Nearly 10 years ago, when the world was preparing for an avian influenza pandemic, there was a flurry of preparation,1 including deliberation on the anticipated ethical challenges the pandemic would bring. Widespread infection with a highly pathogenic influenza virus would necessitate the allocation of scarce resources, such as antivirals, and the implementation of control measures, raising ethical concerns about who would receive the resources and who would be subject to isolation.
The United States' federal and state governments produced plans for responding to a surge in highly pathogenic influenza patients (available at http://www.flu.gov). Importantly, the federal plan did not guide states to prepare for decision making on issues with significant ethical implications.2 A review of the eventual state-level influenza plans revealed an absence of ethical language to guide decision making in the public health response2; a subsequent review showed little progress.3 A few states eventually deliberated on ethical issues, but most attention was given to the allocation of scarce resources, such as antivirals and respirators, whereas other ethical issues were addressed in a cursory manner.4 Moreover, the ethical deliberations were usually unconnected to the state plans and thus lacked official endorsement or a mandate for enforcement.
The Ebola epidemic's reach into the United States revealed that we remain unprepared to respond quickly and ethically to the ethical challenges of international transmission of a highly pathogenic disease. Guidelines for nonclinical actions, such as interactions with communities and structures for ethical decision making, are largely missing.
Ethical Challenges of the Ebola Epidemic
At present, more than 21 000 patients of Ebola hemorrhagic fever have been reported, spread over 8 countries on 3 continents. The vast majority of patients have been reported in Guinea, Sierra Leone, and Liberia. A little more than one-third have proved fatal. In the face of the growing crisis, how did we respond?

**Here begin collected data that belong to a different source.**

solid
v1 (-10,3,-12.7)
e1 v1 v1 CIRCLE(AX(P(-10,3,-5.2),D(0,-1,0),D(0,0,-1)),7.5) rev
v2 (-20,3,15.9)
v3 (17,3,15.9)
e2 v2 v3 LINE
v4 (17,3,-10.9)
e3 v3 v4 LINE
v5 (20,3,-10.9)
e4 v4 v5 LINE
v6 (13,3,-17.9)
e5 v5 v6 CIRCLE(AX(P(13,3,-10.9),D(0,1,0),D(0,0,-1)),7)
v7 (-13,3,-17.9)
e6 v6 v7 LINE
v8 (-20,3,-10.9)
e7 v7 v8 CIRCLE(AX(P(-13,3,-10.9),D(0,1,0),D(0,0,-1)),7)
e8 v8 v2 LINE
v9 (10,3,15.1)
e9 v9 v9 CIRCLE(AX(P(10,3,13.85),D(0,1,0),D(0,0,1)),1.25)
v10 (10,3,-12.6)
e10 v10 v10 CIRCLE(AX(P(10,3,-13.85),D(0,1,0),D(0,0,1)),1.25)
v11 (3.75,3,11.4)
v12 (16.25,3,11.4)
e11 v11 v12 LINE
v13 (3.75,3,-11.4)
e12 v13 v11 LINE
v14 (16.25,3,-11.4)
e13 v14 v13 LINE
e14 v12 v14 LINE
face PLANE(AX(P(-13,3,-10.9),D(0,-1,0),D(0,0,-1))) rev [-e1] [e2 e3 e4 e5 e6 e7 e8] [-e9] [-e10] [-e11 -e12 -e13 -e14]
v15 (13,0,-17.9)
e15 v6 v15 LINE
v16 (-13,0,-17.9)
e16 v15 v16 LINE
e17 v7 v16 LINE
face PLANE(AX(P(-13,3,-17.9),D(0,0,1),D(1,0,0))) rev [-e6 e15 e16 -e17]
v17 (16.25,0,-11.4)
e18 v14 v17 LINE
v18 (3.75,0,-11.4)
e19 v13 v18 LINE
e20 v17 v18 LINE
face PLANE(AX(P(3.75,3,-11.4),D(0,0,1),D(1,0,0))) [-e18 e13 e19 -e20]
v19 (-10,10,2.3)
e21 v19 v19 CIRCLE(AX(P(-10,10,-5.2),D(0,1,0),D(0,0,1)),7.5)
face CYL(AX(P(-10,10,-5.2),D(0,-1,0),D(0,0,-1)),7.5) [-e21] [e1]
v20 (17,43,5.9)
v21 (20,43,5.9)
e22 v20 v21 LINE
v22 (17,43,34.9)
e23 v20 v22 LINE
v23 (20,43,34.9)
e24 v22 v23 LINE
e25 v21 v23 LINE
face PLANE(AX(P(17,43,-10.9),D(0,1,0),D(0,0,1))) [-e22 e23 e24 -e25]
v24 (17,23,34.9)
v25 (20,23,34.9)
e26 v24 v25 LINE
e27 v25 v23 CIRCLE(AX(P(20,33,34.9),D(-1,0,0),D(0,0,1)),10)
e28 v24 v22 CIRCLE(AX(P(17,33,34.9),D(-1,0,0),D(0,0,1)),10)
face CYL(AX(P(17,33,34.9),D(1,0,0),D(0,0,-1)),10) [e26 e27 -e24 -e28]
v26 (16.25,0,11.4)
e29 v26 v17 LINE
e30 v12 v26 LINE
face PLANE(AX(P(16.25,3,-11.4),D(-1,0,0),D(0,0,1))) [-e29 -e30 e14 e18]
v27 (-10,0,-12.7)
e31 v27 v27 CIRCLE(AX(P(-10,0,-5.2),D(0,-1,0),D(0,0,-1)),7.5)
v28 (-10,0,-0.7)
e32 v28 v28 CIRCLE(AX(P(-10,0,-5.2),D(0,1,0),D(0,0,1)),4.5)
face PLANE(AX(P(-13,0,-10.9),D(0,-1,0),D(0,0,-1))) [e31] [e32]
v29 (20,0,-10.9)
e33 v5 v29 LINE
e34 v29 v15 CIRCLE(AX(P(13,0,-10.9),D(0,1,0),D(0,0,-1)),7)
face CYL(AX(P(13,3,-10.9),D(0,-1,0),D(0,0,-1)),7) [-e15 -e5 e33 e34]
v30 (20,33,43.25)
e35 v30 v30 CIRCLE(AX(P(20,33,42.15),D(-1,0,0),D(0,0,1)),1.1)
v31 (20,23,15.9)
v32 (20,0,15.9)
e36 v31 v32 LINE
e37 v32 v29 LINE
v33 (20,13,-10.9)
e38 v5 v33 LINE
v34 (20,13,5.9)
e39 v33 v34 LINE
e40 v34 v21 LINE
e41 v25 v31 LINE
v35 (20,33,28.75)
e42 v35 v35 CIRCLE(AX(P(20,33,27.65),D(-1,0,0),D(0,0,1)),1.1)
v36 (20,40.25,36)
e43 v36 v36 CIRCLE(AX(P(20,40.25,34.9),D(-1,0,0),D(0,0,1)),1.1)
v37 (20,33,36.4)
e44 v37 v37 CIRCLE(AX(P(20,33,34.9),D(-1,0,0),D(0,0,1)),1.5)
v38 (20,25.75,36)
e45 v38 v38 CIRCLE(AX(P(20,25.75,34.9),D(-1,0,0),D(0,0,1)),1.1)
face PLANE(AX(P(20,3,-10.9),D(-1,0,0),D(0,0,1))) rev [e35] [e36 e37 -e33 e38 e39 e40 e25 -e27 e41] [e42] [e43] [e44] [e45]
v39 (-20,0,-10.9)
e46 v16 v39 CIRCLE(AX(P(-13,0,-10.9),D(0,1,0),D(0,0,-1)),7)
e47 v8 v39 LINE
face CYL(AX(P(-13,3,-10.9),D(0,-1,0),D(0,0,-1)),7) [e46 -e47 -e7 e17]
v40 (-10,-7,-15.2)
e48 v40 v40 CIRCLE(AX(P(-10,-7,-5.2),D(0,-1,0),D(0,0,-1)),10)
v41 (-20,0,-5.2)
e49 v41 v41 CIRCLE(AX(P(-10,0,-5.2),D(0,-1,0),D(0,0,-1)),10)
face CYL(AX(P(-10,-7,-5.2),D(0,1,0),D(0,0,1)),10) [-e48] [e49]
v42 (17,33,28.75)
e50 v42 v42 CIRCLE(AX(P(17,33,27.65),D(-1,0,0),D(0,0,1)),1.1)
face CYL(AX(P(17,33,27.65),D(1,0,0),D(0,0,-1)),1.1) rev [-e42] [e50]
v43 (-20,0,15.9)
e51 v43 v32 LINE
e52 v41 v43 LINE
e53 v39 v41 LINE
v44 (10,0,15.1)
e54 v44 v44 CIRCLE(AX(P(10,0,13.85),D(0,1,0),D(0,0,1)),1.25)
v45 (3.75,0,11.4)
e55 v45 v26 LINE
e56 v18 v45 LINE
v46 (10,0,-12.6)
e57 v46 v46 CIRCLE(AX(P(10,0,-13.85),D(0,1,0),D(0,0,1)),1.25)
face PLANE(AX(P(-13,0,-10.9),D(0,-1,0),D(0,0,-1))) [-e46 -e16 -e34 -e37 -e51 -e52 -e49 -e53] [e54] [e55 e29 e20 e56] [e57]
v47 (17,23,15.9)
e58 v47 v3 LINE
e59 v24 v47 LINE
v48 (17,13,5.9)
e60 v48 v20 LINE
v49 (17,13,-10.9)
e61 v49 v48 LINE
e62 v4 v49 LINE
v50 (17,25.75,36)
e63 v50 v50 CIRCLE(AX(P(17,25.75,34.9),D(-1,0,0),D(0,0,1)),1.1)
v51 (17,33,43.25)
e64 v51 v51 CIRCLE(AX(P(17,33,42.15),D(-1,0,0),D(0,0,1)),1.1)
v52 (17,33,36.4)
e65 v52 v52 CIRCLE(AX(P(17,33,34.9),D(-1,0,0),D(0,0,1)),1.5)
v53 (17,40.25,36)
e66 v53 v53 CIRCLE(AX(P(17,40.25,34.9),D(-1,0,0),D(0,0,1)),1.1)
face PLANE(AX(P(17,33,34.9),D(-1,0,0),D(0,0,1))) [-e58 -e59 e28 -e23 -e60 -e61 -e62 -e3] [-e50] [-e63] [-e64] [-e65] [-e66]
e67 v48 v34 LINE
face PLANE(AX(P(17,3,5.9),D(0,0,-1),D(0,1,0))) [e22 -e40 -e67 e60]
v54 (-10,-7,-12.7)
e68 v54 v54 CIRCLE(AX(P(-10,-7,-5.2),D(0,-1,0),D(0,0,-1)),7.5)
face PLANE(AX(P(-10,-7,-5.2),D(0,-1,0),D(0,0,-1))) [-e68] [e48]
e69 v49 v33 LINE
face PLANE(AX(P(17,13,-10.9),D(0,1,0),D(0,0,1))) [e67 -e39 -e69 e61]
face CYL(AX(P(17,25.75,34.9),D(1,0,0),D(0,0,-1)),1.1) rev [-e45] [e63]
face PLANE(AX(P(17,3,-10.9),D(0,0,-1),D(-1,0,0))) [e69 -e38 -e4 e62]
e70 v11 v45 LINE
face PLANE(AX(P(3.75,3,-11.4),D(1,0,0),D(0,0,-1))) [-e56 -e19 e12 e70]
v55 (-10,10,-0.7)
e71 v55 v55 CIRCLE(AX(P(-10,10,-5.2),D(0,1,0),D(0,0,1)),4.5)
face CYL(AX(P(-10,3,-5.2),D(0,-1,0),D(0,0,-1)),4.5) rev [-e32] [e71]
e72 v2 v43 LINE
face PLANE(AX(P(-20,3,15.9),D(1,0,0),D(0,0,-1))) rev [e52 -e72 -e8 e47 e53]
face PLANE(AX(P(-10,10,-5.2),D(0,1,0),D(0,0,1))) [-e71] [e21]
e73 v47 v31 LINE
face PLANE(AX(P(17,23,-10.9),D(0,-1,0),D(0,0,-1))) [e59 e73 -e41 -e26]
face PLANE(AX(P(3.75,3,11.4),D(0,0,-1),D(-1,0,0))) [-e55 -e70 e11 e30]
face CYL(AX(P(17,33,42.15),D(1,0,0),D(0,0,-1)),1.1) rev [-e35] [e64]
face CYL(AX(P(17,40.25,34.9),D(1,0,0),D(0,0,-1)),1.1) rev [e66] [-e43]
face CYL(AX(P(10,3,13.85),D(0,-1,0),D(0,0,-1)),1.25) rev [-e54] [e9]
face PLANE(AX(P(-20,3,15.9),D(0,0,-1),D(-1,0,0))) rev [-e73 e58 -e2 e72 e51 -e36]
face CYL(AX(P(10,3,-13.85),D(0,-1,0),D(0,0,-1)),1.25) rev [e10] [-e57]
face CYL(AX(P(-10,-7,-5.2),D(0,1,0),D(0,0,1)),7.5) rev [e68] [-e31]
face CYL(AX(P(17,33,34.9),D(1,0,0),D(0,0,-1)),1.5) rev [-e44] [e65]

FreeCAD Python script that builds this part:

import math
import FreeCAD as App
import Part
import Sketcher

V = App.Vector


def add_polygon(sketch, points):
    """Adds a closed chain of lines whose ends are joined by coincident constraints."""
    first, n = sketch.GeometryCount, len(points)
    for a, b in zip(points, points[1:] + points[:1]):
        sketch.addGeometry(Part.LineSegment(App.Vector(*a, 0), App.Vector(*b, 0)), False)
    for i in range(n):
        sketch.addConstraint(Sketcher.Constraint("Coincident", first + i, 2, first + (i + 1) % n, 1))

doc = App.newDocument("Part")
params = doc.addObject("Spreadsheet::Sheet", "Params")
for row, (alias, value) in enumerate([
    ("sketch1_diameter", "9 mm"),
    ("sketch1_radius", "7 mm"),
    ("sketch1_diameter2", "2.5 mm"),
    ("sketch1_width", "40 mm"),
    ("sketch1_width2", "12.5 mm"),
    ("pad1_length", "3 mm"),
    ("sketch2_diameter", "3 mm"),
    ("sketch2_radius", "10 mm"),
    ("sketch2_diameter2", "2.2 mm"),
    ("sketch2_width", "20 mm"),
    ("sketch2_width2", "10 mm"),
    ("pad2_length", "3 mm"),
    ("sketch3_diameter", "15 mm"),
    ("sketch3_diameter2", "9 mm"),
    ("pad3_length", "7 mm"),
    ("sketch4_diameter", "20 mm"),
    ("sketch4_diameter2", "15 mm"),
    ("pad4_length", "7 mm"),
], start=1):
    params.set(f"A{row}", alias)
    params.set(f"B{row}", "=" + value)
    params.setAlias(f"B{row}", alias)

body = doc.addObject("PartDesign::Body", "Body")

# Sketch on XZ plane
sketch1 = body.newObject("Sketcher::SketchObject", "Sketch")
sketch1.AttachmentSupport = (doc.getObject("XZ_Plane"), [""])
sketch1.MapMode = "FlatFace"
sketch1.addGeometry(Part.LineSegment(V(-20, 15.9, 0), V(20, 15.9, 0)), False)  # 0
sketch1.addGeometry(Part.LineSegment(V(20, 15.9, 0), V(20, -10.9, 0)), False)  # 1
sketch1.addGeometry(Part.ArcOfCircle(Part.Circle(V(13, -10.9, 0), V(0, 0, 1), 7), math.radians(-90), math.radians(0)), False)  # 2
sketch1.addGeometry(Part.LineSegment(V(13, -17.9, 0), V(-13, -17.9, 0)), False)  # 3
sketch1.addGeometry(Part.ArcOfCircle(Part.Circle(V(-13, -10.9, 0), V(0, 0, 1), 7), math.radians(-180), math.radians(-90)), False)  # 4
sketch1.addGeometry(Part.LineSegment(V(-20, -10.9, 0), V(-20, 15.9, 0)), False)  # 5
sketch1.addGeometry(Part.Circle(V(10, 13.8, 0), V(0, 0, 1), 1.2), False)  # 6
sketch1.addGeometry(Part.Circle(V(-10, -5.2, 0), V(0, 0, 1), 4.5), False)  # 7
add_polygon(sketch1, [(16.2, 11.4), (3.8, 11.4), (3.8, -11.4), (16.2, -11.4)])  # lines 8-11
sketch1.addGeometry(Part.Circle(V(10, -13.8, 0), V(0, 0, 1), 1.2), False)  # 12
sketch1.addConstraint(Sketcher.Constraint("Coincident", 0, 2, 1, 1))
sketch1.addConstraint(Sketcher.Constraint("Tangent", 1, 2, 2, 2))
sketch1.addConstraint(Sketcher.Constraint("Tangent", 2, 1, 3, 1))
sketch1.addConstraint(Sketcher.Constraint("Tangent", 3, 2, 4, 2))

One of the first ethical concerns raised by the epidemic was the reluctance of resource-rich countries to become involved in the care of patients and the control of transmission in the affected West African countries.5 While the world deliberated in early 2014 on how to engage, patients on the ground quickly overwhelmed weak health infrastructures.
On September 30, 2014, when the first case on American soil was diagnosed in a West African who had recently returned from Liberia, Americans began paying closer attention. Against the backdrop of an impending national election, some politicians called for restrictions on flights from affected West African countries. Others countered that transportation restrictions would also limit the ability of Americans participating in the response to get to and from the places in need.
An asymptomatic nurse in the United States, quarantined in the absence of contact with the bodily fluids of an infected patient, threatened to sue the state of Maine for improper quarantine. Cases such as hers point to 2 ethical obligations: for health care workers to care for the sick, and for their employers and society to care for those interacting most closely with the sick.6 We cannot afford to lose the support of health workers in a public health crisis.
Additional ethical issues have included effective crisis communication (given the propensity for the media to incite fear), the inequities inherent in air-lifting American personnel but not local health providers to provide them with the best available care, and the use of untested medical treatments.7 With our knowledge of epidemic transmission, patterns of population movement, and technological developments, all of these issues are predictable.
Ethics Structures Needed
Ethics and thinking ahead are essential elements of public health preparedness. We cannot afford to rely on ethical lapses to raise the issues and then reactively determine the best practices. We must think globally and quickly. Had ethical guidelines prescribed international cooperation, for example, disease control assistance may have been offered sooner and the epidemic may not have reached its current magnitude.
However, public health institutions at all levels, ranging from the local to the global, lack an established infrastructure for ethical deliberation and prescription for actions. A system to guide ethical responses to fast-moving epidemics and pandemics must anticipate foreseeable events and make decisions quickly on unforeseen events. An infrastructure for this purpose might consist of a group of individuals already employed by a state health department who are trained and given the authority to create guidelines for the ethical implementation of existing or anticipated public health policies. National organizations, such as the Association of State and Territorial Health Officials, can recommend ethical standards and practices, but to be enforced, they will need to be integrated into governmental laws and policies.
Our ability to anticipate, prepare for, and prevent unethical actions in public health is an ethical obligation in itself. The code of ethics endorsed by the American Public Health Association states that public health institutions aim to "prevent adverse health outcomes" and "act in a timely manner on the information they have."8(p.1058) We suggest that preventing foreseeable ethical lapses is as important as preventing foreseeable adverse health outcomes, and the information we have from current and prior epidemics enables us to prepare for the next one. Instead of relying on the adrenaline rush of headlines to hold our attention and galvanize action, let's hold deliberations now to prepare us for ethical and more effective public health action before the next crisis.